#### Data supplied ####
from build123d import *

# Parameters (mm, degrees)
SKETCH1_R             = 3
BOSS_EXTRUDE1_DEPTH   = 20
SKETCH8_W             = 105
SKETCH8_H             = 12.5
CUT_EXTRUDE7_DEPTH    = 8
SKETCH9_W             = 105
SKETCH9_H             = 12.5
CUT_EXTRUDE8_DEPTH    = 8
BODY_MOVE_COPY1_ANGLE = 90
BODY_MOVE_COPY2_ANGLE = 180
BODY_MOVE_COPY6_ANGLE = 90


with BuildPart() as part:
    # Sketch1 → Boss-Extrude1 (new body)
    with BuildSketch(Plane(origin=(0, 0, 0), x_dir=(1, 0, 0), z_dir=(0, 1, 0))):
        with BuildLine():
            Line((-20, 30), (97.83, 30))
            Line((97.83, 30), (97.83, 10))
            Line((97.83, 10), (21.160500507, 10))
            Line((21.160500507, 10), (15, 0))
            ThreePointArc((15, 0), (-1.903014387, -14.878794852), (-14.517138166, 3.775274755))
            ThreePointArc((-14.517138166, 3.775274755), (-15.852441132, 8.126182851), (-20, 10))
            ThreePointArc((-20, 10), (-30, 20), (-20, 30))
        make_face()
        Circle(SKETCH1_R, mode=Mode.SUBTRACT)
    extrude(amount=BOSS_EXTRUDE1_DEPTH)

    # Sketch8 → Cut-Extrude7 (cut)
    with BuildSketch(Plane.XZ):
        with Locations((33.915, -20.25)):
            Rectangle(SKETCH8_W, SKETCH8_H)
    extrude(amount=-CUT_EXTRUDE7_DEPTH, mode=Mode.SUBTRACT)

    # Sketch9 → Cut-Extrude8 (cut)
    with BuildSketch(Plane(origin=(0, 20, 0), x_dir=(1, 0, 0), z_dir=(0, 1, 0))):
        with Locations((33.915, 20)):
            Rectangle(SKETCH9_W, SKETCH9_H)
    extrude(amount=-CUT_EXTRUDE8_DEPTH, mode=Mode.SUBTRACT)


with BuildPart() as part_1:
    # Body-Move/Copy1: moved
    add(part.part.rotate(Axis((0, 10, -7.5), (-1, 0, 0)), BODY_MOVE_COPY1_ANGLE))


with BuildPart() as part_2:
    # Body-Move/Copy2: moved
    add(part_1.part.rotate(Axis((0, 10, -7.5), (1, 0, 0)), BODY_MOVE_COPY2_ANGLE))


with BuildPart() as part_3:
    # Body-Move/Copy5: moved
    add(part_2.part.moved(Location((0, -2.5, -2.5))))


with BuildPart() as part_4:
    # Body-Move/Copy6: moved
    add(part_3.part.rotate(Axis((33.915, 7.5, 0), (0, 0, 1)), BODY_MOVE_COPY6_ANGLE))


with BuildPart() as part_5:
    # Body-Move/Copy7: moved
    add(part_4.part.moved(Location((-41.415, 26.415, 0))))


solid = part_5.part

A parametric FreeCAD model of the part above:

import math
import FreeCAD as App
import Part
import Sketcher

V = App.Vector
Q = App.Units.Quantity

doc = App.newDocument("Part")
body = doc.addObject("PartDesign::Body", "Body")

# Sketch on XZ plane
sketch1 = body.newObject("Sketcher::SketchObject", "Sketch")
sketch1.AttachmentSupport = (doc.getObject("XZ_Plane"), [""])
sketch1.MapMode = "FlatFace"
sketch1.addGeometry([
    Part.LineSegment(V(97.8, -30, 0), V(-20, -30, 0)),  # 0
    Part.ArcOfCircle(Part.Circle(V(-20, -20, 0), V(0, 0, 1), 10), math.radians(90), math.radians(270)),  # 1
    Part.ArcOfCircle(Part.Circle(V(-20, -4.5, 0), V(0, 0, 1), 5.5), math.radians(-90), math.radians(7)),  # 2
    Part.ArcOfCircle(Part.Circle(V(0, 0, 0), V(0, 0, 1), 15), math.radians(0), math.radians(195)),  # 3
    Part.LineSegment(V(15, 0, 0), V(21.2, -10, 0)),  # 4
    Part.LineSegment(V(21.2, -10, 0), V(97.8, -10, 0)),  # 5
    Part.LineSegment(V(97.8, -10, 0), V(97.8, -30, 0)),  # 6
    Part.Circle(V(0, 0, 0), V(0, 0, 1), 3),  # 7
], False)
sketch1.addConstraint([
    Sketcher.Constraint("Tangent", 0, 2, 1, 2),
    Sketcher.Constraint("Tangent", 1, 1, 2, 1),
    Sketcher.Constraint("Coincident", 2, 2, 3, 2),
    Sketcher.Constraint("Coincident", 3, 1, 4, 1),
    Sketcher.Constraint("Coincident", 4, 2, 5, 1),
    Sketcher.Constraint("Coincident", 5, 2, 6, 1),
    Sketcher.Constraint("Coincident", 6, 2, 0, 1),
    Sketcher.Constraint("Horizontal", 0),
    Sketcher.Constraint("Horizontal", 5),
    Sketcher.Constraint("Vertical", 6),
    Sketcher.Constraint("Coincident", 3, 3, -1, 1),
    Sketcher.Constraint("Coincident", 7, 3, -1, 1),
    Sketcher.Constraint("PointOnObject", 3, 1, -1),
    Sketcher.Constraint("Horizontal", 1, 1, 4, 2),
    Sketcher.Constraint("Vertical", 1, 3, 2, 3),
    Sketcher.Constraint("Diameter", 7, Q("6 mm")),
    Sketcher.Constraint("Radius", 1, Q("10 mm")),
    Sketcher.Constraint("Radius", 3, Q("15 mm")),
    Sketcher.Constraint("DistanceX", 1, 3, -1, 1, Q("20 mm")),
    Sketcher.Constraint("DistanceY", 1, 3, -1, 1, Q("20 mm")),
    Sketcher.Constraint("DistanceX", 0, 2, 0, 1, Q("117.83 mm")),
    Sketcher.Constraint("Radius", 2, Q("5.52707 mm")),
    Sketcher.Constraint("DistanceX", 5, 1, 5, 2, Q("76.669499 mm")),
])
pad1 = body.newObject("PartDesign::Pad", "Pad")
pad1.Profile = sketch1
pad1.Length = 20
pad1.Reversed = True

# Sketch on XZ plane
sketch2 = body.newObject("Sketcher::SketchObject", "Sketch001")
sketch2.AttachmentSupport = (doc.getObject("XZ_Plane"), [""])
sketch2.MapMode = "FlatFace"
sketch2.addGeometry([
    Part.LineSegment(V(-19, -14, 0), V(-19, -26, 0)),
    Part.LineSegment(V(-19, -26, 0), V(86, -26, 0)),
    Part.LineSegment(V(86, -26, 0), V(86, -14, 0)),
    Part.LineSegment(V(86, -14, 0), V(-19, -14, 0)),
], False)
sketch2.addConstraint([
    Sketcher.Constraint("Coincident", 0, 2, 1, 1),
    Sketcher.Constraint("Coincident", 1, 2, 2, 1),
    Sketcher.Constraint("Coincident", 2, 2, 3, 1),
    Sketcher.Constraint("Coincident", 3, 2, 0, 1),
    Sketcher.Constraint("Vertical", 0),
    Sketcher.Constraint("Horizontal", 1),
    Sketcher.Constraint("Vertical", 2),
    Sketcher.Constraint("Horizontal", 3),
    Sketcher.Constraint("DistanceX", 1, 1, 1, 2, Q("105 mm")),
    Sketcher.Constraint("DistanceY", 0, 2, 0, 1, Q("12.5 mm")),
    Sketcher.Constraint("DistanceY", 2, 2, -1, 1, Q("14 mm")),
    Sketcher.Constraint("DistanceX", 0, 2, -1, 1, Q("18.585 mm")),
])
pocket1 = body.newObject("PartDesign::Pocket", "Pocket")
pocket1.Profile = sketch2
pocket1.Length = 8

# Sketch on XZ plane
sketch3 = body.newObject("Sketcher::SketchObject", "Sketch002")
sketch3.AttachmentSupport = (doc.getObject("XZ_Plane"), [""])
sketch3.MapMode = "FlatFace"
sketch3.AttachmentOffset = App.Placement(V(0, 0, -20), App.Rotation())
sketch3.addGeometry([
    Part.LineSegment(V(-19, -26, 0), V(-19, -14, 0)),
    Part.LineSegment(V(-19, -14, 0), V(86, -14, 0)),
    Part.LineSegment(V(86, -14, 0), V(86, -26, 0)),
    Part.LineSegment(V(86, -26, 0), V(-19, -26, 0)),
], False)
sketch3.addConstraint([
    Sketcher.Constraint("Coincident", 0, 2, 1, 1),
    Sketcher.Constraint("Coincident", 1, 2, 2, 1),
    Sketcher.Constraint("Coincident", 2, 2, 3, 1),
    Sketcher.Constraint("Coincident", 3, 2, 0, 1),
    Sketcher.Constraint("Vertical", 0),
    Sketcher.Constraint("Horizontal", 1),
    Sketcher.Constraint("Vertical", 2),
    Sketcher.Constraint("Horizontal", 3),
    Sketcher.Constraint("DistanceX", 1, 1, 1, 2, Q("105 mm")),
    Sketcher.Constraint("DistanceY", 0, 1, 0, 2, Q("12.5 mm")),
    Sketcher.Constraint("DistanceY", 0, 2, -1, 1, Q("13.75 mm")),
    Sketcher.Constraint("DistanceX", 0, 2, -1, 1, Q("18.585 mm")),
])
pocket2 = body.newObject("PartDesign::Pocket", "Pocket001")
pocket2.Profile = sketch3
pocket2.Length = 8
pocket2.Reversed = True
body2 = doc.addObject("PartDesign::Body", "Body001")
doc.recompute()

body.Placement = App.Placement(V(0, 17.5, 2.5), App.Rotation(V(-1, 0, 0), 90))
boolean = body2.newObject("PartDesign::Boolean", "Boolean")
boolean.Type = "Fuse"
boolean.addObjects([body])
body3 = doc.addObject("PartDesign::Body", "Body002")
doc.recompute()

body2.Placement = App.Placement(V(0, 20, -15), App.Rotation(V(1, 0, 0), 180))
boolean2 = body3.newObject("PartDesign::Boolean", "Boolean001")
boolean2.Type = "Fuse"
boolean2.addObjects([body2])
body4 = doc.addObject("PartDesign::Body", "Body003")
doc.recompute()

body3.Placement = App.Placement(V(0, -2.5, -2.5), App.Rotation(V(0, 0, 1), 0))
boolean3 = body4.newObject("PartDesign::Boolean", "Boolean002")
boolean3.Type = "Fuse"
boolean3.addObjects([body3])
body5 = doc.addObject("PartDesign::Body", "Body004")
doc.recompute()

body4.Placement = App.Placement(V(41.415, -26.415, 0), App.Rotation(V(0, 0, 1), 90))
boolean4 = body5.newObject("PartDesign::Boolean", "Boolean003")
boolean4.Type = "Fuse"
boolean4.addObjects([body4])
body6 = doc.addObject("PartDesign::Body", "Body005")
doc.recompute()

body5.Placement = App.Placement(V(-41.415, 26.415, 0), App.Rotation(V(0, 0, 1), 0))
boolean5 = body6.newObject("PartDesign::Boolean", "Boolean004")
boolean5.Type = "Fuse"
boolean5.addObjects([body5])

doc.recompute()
####
=== Required action ===
An exact, complete copy of the lines above from the one with "# Parameters (mm, degrees)" through the one with "-14.878794852), (-14.517138166, 3.775274755))" is the whole answer.

=== Expected answer ===
# Parameters (mm, degrees)
SKETCH1_R             = 3
BOSS_EXTRUDE1_DEPTH   = 20
SKETCH8_W             = 105
SKETCH8_H             = 12.5
CUT_EXTRUDE7_DEPTH    = 8
SKETCH9_W             = 105
SKETCH9_H             = 12.5
CUT_EXTRUDE8_DEPTH    = 8
BODY_MOVE_COPY1_ANGLE = 90
BODY_MOVE_COPY2_ANGLE = 180
BODY_MOVE_COPY6_ANGLE = 90


with BuildPart() as part:
    # Sketch1 → Boss-Extrude1 (new body)
    with BuildSketch(Plane(origin=(0, 0, 0), x_dir=(1, 0, 0), z_dir=(0, 1, 0))):
        with BuildLine():
            Line((-20, 30), (97.83, 30))
            Line((97.83, 30), (97.83, 10))
            Line((97.83, 10), (21.160500507, 10))
            Line((21.160500507, 10), (15, 0))
            ThreePointArc((15, 0), (-1.903014387, -14.878794852), (-14.517138166, 3.775274755))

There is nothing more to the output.